Lenda da Menina das Favas, Ilha das Flores










Consta que há muitos, muitos anos uma princesa irlandesa deu à costa nos baixios da costa oeste da ilha das Flores, mais concretamente no lugar da Fajã Grande. Tratava-se de uma jovem princesa, raptada pelos mouros que a levavam cativa para terras distantes. Ao passar pela ilha das Flores o barco em que viajava, como era costume, aprumou ao Monchique, a fim de tomar rumo em direção ao Mediterrâneo. No entanto levantou-se uma enorme bruma e a embarcação naufragou por fora da Ponta da Coalheira, lá para os lados do Canto do Areal. Os piratas conseguiram salvar-se, saltando para uma outra embarcação que por ali passava, mas a menina, ou porque levada pela correnteza das ondas ou por malícia dos marinheiros, foi arrastada milagrosamente para terra sendo encontrada, no dia seguinte, a dormir num serrado cheio de favas.
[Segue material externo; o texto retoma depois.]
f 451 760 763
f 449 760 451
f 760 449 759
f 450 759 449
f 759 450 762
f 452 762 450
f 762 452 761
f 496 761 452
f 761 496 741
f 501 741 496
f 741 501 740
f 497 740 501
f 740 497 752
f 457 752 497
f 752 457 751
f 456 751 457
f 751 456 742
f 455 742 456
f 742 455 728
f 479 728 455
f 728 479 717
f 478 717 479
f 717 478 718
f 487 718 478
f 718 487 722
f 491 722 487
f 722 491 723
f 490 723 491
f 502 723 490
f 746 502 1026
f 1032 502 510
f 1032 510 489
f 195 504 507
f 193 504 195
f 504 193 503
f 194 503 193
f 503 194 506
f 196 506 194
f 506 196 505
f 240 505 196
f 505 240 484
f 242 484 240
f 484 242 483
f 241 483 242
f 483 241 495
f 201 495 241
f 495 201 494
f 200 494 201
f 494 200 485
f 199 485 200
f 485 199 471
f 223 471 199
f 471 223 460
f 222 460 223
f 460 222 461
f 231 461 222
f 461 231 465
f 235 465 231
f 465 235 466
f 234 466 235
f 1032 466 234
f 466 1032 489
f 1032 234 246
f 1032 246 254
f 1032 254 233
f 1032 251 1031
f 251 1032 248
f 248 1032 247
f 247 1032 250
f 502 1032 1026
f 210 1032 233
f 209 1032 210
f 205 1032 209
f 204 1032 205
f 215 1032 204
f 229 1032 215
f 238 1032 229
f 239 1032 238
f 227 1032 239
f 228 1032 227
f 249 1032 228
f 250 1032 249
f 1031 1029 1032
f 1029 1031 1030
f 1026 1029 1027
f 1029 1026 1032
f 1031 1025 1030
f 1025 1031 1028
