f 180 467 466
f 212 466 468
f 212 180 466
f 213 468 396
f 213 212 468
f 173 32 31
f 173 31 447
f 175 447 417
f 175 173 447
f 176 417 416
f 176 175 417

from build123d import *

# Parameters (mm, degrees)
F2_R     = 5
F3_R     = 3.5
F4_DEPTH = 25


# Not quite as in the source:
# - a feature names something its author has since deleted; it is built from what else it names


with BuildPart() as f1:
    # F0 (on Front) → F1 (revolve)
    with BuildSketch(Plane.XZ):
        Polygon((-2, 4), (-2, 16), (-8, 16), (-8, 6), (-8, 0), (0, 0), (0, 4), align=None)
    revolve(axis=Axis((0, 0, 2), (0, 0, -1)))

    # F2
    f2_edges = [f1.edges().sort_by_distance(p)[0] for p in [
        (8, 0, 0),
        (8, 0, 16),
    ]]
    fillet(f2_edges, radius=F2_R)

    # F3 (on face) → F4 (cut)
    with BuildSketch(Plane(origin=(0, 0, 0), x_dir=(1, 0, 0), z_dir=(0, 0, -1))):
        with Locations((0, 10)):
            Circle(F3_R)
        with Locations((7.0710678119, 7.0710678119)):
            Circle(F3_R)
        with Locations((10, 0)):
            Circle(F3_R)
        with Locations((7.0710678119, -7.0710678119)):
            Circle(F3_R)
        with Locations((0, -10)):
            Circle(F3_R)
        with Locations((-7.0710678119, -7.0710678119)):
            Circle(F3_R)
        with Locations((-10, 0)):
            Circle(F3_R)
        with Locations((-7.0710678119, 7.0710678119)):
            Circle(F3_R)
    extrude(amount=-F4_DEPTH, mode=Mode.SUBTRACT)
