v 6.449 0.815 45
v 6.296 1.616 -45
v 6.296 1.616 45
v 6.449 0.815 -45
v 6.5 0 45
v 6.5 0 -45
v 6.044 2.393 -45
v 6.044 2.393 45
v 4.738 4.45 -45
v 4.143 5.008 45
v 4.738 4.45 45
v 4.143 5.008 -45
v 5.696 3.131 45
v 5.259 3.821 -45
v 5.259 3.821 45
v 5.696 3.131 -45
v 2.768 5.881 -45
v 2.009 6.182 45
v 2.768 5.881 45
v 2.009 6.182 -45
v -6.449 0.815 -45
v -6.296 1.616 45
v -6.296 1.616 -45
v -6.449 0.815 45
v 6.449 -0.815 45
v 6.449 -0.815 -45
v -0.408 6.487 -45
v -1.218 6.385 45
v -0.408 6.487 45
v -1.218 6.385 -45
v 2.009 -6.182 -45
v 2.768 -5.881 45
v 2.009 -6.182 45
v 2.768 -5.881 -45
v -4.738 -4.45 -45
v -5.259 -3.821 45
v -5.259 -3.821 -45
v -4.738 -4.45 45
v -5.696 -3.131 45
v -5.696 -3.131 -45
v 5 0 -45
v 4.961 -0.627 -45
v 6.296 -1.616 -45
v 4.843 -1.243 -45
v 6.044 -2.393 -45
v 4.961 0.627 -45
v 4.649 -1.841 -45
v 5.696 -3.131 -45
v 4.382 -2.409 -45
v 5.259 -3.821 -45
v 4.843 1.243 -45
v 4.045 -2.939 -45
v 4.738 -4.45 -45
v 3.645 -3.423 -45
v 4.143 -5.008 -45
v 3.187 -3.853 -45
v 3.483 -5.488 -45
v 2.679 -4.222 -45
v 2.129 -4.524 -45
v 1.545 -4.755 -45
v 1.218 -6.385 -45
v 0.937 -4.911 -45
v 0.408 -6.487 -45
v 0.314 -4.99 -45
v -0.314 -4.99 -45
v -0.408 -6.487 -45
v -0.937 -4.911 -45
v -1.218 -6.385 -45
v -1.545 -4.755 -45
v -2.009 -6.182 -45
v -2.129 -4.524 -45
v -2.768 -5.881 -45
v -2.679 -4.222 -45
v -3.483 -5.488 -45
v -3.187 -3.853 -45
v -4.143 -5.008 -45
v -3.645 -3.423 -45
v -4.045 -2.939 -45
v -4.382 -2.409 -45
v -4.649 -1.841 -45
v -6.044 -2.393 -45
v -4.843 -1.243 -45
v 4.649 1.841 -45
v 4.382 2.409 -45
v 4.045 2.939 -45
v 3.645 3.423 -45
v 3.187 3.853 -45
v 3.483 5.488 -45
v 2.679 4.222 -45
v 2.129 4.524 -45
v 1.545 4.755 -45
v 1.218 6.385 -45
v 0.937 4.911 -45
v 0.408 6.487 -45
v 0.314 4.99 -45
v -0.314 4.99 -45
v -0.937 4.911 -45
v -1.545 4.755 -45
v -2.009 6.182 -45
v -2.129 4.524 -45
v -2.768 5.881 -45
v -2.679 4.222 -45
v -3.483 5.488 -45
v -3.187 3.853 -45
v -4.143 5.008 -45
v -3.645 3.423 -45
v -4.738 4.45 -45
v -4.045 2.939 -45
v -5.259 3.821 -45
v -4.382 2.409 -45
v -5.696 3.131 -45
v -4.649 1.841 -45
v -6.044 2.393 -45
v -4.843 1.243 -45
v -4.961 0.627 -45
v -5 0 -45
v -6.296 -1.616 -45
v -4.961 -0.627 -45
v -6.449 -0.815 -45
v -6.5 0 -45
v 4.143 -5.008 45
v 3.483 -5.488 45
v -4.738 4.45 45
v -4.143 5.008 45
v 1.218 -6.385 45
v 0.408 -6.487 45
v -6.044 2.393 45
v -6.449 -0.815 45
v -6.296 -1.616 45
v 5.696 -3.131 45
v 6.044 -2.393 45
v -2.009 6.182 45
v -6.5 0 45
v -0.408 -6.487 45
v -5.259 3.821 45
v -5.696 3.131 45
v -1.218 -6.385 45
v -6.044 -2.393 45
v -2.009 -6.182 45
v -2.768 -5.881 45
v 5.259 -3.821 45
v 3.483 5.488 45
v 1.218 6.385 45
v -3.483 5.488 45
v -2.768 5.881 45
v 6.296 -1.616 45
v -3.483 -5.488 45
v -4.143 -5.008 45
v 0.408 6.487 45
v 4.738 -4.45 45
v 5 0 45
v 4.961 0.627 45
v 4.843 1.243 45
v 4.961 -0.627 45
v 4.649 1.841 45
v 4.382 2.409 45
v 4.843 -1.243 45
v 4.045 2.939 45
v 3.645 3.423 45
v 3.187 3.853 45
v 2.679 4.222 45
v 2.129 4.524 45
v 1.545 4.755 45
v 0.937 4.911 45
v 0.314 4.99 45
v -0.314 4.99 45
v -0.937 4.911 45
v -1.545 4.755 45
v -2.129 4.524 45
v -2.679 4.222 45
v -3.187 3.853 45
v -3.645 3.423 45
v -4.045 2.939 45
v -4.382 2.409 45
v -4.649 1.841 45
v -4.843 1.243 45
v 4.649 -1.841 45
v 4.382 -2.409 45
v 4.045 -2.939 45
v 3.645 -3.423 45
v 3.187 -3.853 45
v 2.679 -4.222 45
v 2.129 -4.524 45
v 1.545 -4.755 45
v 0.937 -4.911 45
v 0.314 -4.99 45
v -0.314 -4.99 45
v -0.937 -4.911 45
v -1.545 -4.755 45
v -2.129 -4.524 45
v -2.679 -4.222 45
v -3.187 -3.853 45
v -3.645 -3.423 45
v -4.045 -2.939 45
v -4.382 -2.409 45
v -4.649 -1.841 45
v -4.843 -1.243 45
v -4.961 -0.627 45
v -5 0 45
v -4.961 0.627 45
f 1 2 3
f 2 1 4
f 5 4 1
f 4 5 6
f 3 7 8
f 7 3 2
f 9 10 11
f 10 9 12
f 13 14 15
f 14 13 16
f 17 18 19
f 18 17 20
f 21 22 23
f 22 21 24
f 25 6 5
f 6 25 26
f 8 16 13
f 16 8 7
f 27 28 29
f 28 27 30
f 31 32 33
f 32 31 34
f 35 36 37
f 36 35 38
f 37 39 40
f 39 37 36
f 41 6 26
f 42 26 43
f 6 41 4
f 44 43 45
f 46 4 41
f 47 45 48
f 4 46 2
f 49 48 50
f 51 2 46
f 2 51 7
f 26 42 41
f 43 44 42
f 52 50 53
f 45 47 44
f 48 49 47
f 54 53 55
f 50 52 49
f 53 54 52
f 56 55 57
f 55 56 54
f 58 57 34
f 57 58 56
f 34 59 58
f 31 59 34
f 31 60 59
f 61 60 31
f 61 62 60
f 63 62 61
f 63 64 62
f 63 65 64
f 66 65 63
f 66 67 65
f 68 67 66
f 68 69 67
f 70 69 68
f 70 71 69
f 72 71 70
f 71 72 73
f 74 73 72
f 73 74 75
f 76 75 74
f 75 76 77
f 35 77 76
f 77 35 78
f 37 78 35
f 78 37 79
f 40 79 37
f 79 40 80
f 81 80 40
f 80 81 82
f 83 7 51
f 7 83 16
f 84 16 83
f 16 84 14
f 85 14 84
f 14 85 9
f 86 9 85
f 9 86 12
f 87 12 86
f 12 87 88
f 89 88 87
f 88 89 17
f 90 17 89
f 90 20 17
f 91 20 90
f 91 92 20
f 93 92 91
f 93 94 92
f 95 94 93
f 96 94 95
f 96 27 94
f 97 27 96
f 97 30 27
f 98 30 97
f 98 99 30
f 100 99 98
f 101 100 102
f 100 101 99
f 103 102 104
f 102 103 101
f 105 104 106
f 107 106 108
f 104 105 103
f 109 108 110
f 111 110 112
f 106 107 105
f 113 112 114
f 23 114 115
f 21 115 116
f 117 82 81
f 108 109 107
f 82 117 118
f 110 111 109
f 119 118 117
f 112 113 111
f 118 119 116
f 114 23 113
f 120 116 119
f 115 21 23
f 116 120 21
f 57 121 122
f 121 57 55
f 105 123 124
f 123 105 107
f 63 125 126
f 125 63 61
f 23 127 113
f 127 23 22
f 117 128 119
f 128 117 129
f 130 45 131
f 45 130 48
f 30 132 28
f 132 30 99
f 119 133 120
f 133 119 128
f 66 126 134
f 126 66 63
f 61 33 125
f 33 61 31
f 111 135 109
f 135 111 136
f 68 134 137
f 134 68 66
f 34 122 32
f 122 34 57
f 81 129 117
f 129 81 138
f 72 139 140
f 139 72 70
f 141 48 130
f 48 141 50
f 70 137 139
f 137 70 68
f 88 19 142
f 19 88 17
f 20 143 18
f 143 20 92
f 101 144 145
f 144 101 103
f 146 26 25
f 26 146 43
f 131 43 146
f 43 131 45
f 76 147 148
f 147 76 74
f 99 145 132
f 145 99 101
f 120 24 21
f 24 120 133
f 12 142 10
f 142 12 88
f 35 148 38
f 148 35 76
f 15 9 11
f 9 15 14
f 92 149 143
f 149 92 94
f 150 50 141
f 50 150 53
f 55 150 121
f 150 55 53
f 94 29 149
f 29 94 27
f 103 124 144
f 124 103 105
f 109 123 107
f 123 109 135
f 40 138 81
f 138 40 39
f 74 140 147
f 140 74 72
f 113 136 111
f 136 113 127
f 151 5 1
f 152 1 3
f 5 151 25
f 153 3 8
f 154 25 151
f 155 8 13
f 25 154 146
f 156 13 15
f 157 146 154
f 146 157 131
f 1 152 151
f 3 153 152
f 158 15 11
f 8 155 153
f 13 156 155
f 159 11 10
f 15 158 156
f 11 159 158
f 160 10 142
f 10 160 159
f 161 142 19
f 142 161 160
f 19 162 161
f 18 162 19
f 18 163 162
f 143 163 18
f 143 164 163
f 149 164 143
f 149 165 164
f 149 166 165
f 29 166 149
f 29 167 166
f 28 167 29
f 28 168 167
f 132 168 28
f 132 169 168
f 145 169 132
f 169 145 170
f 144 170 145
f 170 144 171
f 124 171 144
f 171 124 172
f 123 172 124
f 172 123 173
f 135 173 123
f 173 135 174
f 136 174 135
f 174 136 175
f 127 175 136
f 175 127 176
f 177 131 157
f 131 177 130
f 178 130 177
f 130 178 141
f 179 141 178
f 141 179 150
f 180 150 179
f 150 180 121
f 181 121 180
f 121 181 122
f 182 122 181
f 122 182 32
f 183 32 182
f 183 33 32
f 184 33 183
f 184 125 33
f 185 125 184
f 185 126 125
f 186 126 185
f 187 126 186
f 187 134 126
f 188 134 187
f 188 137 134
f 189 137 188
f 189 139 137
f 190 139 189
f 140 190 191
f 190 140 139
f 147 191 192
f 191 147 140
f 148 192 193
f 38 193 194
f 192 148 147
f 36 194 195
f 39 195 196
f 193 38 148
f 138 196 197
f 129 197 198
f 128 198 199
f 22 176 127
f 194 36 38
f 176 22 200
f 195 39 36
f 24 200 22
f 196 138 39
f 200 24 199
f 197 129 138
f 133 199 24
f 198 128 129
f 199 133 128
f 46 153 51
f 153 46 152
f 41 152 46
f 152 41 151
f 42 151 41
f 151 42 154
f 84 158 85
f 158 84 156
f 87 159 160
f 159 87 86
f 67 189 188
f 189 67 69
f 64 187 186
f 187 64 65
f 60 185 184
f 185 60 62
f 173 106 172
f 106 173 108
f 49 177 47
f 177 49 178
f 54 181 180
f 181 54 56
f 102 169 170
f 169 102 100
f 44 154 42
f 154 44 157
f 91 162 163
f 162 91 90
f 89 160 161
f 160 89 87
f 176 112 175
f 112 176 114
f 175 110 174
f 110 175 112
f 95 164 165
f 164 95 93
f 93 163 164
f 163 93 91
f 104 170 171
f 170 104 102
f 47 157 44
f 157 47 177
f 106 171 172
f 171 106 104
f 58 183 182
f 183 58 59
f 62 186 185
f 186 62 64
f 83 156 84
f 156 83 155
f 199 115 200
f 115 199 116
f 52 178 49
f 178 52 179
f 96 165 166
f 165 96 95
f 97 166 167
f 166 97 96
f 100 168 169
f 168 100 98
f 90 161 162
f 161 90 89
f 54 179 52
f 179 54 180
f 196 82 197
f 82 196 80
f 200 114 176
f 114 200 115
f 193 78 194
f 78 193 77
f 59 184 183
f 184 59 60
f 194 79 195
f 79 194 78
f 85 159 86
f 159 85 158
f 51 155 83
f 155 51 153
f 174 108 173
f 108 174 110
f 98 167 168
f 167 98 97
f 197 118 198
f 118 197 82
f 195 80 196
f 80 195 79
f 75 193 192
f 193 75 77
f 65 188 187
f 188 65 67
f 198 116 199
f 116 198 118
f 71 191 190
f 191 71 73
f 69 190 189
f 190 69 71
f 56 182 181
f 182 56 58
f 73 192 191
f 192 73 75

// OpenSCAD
$fn = 50;


difference() {
	union() {
		translate(v = [0, 0, -45.0000000000]) {
			cylinder(h = 90, r = 6.5000000000);
		}
	}
	union() {
		translate(v = [0, 0, -100.0000000000]) {
			cylinder(h = 200, r = 5.0000000000);
		}
	}
}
Essa a razão pela qual ficou conhecida pela Menina das Favas.
Mas na localidade ninguém quis receber em sua casa aquela estranha criatura. Assim, a Menina das Favas foi abandonada, vivendo de uma ou outra côdea de pão que algumas pessoas mais generosas lhe davam. Esfomeada, descalça e suja, a jovem garotinha passava os dias sentada sobre os rochedos, à beira mar, olhando o horizonte distante e infinito. Não tentava falar com quer que fosse, não sorria para ninguém, não dizia uma única palavra. Apenas acenava com a cabeça, em sinal de agradecimento, a quem lhe dava a mais ínfima e pobre côdea de pão.
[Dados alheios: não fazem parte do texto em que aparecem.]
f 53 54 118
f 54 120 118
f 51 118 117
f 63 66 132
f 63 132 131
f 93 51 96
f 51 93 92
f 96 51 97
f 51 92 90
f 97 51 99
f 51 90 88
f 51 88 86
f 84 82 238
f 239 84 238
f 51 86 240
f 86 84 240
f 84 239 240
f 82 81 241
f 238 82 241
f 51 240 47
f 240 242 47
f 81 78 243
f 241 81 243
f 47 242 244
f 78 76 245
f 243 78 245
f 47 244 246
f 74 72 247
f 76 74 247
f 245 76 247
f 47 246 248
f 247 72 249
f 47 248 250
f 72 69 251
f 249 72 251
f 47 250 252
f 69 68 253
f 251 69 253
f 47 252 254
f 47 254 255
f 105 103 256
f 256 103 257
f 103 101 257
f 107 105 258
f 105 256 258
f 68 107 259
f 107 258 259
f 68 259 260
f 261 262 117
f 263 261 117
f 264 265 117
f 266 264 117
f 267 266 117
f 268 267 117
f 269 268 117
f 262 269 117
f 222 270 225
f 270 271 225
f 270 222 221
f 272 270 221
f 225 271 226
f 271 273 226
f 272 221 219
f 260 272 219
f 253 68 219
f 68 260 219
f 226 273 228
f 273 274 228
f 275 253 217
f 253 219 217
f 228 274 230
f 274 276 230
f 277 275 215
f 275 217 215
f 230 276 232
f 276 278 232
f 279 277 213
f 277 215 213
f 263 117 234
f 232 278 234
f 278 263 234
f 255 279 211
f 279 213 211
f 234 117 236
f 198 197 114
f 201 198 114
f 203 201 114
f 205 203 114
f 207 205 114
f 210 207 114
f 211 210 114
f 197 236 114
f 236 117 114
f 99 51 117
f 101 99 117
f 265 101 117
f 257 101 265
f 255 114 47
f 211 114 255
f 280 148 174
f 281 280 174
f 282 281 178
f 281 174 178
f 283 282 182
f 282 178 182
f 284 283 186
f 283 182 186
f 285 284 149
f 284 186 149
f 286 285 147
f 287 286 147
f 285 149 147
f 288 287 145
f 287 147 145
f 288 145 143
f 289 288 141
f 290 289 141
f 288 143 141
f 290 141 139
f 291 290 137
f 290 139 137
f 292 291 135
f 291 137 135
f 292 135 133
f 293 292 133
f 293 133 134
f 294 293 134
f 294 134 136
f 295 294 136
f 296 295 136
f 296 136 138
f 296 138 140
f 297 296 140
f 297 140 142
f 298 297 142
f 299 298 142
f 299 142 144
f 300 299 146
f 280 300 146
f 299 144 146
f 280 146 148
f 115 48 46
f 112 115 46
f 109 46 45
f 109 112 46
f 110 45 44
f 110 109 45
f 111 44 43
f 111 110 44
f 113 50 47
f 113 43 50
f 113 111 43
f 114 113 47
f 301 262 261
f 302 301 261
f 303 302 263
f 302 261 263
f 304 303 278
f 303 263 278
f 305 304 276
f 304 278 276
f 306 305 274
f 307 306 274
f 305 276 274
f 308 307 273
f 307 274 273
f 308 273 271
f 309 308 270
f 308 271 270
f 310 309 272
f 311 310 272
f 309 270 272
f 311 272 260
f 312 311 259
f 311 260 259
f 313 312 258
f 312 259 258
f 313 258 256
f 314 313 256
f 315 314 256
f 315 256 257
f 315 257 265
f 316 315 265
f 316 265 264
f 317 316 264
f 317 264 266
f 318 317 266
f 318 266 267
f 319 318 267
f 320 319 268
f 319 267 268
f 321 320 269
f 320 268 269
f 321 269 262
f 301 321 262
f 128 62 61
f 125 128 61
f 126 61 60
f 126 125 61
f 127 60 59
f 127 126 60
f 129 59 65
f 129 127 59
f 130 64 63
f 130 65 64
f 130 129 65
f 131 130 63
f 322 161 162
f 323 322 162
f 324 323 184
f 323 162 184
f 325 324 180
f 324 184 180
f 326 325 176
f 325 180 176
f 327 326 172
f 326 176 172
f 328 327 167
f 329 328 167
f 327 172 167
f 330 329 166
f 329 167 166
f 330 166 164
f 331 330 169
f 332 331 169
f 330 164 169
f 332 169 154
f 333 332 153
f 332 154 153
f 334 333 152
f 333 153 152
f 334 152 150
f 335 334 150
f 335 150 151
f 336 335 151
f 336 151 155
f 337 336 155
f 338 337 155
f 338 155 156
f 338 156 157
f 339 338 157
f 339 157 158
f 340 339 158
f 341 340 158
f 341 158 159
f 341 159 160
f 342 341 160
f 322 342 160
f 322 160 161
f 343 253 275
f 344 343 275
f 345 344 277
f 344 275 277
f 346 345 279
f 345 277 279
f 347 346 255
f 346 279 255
As pessoas passavam por ela, à beira mar, na faina da pesca ou da apanha de lapas, caranguejos e búzios, nem sequer lhe lançava um simples olhar. Ninguém a procurava para falar com ela, para a animar, para a consolar. Sabia-se que pernoitava nas furnas do baixio, onde também se refugiava nos dias de chuva e de temporal.

Certo dia a Menina das Favas desapareceu. Nunca se soube algo sobre ela, se foi levada pelo mar ou por alguma embarcação que ali ancorasse, durante a noite.